5. Why is it better than other libraries?

Every language detector uses a probabilistic n-gram model trained on the character distribution in some training corpus. Most libraries only use n-grams of size 3 (trigrams) which is satisfactory for detecting the language of longer text fragments consisting of multiple sentences. For short phrases or single words, however, trigrams are not enough. The shorter the input text is, the less n-grams are available. The probabilities estimated from such few n-grams are not reliable. This is why Lingua makes use of n-grams of sizes 1 up to 5 which results in much more accurate prediction of the correct language.

A second important difference is that Lingua does not only use such a statistical model, but also a rule-based engine. This engine first determines the alphabet of the input text and searches for characters which are unique in one or more languages. If exactly one language can be reliably chosen this way, the statistical model is not necessary anymore. In any case, the rule-based engine filters out languages that do not satisfy the conditions of the input text. Only then, in a second step, the probabilistic n-gram model is taken into consideration. This makes sense because loading less language models means less memory consumption and better runtime performance.

In general, it is always a good idea to restrict the set of languages to be considered in the classification process using the respective api methods.
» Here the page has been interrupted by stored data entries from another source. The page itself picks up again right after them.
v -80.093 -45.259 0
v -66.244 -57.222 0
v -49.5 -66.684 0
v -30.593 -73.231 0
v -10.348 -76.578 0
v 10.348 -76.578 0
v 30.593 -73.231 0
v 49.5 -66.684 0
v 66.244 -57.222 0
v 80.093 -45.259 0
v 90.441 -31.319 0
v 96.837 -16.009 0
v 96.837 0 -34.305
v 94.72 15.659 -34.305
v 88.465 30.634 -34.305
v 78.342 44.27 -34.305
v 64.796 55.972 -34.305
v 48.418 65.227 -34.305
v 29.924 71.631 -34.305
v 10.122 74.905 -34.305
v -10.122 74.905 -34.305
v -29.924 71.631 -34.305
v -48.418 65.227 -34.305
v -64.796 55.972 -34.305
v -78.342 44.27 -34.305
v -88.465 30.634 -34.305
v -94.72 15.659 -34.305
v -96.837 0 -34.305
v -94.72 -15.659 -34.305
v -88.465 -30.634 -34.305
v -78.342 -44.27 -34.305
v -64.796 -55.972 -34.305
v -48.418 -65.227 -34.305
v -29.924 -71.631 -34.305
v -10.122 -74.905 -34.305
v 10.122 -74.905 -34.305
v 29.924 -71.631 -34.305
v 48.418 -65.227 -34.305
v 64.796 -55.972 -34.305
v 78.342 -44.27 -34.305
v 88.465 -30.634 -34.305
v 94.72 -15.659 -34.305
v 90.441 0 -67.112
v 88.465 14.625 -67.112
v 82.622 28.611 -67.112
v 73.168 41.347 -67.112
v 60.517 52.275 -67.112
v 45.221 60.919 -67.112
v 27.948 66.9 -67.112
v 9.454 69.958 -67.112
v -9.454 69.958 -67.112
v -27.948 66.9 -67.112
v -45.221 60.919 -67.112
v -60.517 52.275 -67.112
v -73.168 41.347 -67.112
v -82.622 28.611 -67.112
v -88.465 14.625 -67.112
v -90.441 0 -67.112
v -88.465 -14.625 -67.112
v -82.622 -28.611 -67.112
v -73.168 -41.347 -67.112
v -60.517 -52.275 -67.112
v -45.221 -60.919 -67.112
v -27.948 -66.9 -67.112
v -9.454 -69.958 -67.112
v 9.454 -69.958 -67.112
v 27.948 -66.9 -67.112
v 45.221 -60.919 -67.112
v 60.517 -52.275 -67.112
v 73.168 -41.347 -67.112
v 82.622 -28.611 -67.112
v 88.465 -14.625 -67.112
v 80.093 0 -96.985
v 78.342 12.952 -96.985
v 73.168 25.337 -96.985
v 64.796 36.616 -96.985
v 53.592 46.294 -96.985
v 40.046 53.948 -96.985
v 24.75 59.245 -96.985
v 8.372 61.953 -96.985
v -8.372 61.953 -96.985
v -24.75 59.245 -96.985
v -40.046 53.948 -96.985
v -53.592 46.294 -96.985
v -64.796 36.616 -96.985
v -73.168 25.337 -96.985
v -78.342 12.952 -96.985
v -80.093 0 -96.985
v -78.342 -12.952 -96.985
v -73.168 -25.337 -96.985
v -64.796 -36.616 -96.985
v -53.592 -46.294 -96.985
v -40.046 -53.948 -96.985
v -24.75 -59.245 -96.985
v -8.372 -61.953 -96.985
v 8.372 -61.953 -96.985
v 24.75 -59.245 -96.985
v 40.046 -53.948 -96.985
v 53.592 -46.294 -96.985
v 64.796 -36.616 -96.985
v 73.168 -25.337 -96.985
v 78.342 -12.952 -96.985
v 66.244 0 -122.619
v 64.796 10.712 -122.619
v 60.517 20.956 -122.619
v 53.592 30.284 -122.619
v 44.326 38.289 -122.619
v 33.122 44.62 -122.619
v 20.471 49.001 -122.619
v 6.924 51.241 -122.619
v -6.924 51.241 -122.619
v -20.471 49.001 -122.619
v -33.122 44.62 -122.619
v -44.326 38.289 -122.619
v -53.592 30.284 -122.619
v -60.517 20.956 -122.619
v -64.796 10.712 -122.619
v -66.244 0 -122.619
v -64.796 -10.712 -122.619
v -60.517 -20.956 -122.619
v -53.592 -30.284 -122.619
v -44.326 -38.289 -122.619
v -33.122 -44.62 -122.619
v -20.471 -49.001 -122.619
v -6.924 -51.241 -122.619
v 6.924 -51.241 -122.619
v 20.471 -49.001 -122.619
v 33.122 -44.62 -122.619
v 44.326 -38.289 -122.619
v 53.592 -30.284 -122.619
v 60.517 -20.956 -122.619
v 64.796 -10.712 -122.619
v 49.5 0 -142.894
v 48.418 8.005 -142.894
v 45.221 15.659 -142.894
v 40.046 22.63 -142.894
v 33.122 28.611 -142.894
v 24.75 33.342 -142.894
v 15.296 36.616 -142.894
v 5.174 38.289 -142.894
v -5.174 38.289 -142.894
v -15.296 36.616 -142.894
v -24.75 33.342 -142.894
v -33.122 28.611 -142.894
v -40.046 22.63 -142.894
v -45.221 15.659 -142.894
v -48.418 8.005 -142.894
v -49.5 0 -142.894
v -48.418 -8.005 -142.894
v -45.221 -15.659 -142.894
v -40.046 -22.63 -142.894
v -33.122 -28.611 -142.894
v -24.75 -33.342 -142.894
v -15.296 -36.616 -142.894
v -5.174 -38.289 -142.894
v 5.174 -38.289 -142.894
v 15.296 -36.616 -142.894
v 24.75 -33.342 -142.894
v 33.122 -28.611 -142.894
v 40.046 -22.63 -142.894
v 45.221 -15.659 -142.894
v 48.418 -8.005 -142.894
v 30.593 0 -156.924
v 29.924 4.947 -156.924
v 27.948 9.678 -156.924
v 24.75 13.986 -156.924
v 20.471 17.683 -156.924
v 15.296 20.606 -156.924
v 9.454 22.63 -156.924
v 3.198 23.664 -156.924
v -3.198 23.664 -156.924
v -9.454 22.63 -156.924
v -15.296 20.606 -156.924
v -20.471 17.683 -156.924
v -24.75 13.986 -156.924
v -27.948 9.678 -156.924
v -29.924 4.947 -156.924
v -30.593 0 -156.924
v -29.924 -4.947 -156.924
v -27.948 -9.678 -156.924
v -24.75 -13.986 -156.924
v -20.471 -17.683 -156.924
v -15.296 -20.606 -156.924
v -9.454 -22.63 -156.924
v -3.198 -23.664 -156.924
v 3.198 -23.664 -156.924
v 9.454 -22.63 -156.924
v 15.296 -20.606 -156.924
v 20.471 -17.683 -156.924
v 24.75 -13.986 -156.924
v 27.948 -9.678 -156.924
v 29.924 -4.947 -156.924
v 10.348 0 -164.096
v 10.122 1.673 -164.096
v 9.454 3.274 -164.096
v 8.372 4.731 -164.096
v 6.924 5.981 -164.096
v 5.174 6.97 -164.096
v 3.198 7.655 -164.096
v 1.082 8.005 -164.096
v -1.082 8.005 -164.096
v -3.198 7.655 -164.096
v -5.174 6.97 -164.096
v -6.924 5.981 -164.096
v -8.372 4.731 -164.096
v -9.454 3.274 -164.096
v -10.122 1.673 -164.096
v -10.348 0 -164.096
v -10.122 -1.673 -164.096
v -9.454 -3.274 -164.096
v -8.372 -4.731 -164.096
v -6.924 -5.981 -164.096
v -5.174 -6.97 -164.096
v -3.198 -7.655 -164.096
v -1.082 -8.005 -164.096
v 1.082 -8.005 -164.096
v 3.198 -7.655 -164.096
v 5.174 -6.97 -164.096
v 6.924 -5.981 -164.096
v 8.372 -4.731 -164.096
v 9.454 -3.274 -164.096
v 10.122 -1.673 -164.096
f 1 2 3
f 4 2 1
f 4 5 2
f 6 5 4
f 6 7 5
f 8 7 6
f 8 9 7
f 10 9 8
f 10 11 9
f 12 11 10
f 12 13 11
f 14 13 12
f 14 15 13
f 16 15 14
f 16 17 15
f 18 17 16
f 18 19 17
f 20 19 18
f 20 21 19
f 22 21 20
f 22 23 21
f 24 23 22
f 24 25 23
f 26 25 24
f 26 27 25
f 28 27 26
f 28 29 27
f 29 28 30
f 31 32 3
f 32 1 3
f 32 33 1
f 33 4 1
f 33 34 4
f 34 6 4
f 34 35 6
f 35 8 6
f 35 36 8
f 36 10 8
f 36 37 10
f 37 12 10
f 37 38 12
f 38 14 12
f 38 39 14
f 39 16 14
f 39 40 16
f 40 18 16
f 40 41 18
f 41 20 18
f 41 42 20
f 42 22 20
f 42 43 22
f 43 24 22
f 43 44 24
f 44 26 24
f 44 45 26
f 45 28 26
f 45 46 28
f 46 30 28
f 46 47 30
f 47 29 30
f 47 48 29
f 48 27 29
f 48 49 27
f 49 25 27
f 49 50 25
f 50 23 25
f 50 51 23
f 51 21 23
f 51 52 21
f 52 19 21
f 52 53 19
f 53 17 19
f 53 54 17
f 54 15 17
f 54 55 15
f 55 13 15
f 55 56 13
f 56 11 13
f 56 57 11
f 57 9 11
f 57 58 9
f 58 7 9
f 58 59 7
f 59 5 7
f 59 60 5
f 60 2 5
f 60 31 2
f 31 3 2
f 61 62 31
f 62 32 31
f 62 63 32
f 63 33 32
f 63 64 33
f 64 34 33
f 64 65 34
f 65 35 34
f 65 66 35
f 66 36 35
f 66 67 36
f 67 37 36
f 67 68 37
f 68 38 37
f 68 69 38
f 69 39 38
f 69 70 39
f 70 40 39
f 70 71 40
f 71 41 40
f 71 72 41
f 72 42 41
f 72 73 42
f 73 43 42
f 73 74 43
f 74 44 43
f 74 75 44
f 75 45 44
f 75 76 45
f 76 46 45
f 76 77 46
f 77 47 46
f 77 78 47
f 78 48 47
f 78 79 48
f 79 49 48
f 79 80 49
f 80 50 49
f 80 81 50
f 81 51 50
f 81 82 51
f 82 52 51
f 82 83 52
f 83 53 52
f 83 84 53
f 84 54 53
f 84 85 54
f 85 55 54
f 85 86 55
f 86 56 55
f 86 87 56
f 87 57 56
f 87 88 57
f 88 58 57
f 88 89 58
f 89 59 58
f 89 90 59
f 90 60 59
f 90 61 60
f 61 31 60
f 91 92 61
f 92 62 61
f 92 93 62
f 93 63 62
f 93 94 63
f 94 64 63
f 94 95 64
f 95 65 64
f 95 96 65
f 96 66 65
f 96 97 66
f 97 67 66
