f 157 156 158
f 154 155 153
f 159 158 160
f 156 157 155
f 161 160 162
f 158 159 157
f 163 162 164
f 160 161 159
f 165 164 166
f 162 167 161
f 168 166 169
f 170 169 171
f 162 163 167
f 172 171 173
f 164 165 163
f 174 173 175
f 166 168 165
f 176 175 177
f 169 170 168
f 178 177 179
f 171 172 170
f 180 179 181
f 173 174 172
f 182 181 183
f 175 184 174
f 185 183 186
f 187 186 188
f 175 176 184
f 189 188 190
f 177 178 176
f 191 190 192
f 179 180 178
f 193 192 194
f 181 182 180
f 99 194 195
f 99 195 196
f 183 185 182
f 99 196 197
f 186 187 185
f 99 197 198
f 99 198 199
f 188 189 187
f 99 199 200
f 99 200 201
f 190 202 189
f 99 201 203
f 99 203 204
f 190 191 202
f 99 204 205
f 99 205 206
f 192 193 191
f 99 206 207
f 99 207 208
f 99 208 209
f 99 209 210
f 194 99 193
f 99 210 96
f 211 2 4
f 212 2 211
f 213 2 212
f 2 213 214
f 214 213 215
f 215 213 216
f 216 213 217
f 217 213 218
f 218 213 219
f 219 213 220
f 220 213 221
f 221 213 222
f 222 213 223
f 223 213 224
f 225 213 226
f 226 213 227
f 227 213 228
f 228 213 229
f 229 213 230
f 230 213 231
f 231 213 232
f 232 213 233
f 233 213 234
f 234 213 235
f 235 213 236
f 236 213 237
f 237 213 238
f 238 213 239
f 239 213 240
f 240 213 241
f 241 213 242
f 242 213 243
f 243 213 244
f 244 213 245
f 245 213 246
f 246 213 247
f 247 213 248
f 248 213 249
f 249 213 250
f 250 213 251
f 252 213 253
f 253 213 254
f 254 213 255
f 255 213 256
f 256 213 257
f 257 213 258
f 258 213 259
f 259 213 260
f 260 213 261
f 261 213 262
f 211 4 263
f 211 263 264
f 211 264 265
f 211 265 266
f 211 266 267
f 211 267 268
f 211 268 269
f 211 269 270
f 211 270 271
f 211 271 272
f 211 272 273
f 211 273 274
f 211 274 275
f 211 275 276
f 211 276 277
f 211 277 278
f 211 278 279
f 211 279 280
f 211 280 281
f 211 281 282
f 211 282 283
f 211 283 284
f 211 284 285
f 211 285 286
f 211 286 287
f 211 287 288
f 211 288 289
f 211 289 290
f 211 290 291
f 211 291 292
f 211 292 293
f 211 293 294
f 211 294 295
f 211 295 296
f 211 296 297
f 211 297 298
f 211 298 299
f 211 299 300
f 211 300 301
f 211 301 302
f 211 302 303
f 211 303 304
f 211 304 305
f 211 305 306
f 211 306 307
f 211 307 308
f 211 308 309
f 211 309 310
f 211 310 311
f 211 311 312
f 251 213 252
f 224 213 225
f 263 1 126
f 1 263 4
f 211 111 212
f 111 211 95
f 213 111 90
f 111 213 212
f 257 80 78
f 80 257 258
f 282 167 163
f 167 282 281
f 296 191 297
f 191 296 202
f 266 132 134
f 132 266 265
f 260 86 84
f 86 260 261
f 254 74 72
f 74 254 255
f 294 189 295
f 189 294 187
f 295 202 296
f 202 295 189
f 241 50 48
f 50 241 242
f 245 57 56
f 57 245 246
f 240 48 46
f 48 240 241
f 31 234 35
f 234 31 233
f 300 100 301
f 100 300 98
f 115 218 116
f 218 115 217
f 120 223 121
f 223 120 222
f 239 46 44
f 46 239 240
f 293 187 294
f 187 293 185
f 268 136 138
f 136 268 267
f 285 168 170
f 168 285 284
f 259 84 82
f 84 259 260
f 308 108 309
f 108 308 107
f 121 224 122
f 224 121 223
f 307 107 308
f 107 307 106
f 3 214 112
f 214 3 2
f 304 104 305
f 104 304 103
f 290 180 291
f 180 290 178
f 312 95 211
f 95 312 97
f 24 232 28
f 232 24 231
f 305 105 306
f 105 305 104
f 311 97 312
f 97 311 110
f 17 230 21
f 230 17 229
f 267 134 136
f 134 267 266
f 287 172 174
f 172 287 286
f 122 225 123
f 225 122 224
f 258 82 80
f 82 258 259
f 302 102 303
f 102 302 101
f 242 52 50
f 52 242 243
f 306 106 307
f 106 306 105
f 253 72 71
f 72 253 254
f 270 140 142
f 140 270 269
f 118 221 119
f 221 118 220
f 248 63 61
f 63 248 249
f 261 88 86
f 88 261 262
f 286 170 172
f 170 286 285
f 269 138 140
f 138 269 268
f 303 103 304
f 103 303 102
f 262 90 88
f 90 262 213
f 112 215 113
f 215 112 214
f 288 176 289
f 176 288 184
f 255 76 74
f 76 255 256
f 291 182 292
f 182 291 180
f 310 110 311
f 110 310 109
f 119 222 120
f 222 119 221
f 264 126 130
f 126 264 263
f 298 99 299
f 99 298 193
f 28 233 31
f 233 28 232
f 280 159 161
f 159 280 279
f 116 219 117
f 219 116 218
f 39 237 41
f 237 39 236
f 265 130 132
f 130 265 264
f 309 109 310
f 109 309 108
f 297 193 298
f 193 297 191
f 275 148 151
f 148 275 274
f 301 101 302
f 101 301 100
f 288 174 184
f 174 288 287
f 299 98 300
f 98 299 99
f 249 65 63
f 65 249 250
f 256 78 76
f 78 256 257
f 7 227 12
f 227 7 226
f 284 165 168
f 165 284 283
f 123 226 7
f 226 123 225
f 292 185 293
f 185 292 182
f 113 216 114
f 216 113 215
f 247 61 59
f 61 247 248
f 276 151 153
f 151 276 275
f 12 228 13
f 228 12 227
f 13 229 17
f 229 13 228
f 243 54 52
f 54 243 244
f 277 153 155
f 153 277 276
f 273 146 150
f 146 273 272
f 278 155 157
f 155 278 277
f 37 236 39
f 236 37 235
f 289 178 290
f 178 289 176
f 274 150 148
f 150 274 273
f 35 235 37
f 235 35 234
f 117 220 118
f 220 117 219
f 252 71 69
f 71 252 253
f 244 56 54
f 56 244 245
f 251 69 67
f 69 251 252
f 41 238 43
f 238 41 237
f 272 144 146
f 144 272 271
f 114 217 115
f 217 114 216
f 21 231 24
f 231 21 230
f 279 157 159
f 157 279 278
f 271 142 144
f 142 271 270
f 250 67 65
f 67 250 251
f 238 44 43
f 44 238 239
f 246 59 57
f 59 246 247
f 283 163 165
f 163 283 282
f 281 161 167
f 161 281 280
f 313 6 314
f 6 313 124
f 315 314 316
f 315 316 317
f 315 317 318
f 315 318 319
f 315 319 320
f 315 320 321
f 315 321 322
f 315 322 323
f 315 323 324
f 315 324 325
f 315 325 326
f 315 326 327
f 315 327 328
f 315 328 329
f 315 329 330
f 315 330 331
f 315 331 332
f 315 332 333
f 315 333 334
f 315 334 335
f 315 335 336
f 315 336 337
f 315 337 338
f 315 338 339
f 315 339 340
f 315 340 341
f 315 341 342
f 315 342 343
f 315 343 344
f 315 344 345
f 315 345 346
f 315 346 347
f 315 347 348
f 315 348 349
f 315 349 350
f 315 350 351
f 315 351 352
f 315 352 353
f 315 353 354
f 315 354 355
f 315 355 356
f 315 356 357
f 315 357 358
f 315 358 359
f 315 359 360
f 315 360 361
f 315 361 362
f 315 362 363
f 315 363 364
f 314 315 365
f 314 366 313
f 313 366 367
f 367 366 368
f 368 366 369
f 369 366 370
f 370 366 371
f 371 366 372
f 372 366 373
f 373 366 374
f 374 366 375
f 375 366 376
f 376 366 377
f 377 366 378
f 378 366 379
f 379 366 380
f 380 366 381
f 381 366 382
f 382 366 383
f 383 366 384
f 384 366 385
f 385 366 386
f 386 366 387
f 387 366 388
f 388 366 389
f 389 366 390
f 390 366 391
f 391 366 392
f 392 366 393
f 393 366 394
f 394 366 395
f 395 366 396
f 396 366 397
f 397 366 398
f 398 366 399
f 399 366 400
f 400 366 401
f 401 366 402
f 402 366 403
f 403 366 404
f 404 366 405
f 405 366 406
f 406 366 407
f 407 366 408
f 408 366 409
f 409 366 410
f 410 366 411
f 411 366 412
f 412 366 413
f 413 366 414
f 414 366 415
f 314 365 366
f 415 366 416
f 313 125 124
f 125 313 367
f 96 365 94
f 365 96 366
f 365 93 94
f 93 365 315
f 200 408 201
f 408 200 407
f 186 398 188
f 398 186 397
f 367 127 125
If you know beforehand that certain languages are never to occur in an input text, do not let those take part in the classifcation process. The filtering mechanism of the rule-based engine is quite good, however, filtering based on your own knowledge of the input text is always preferable.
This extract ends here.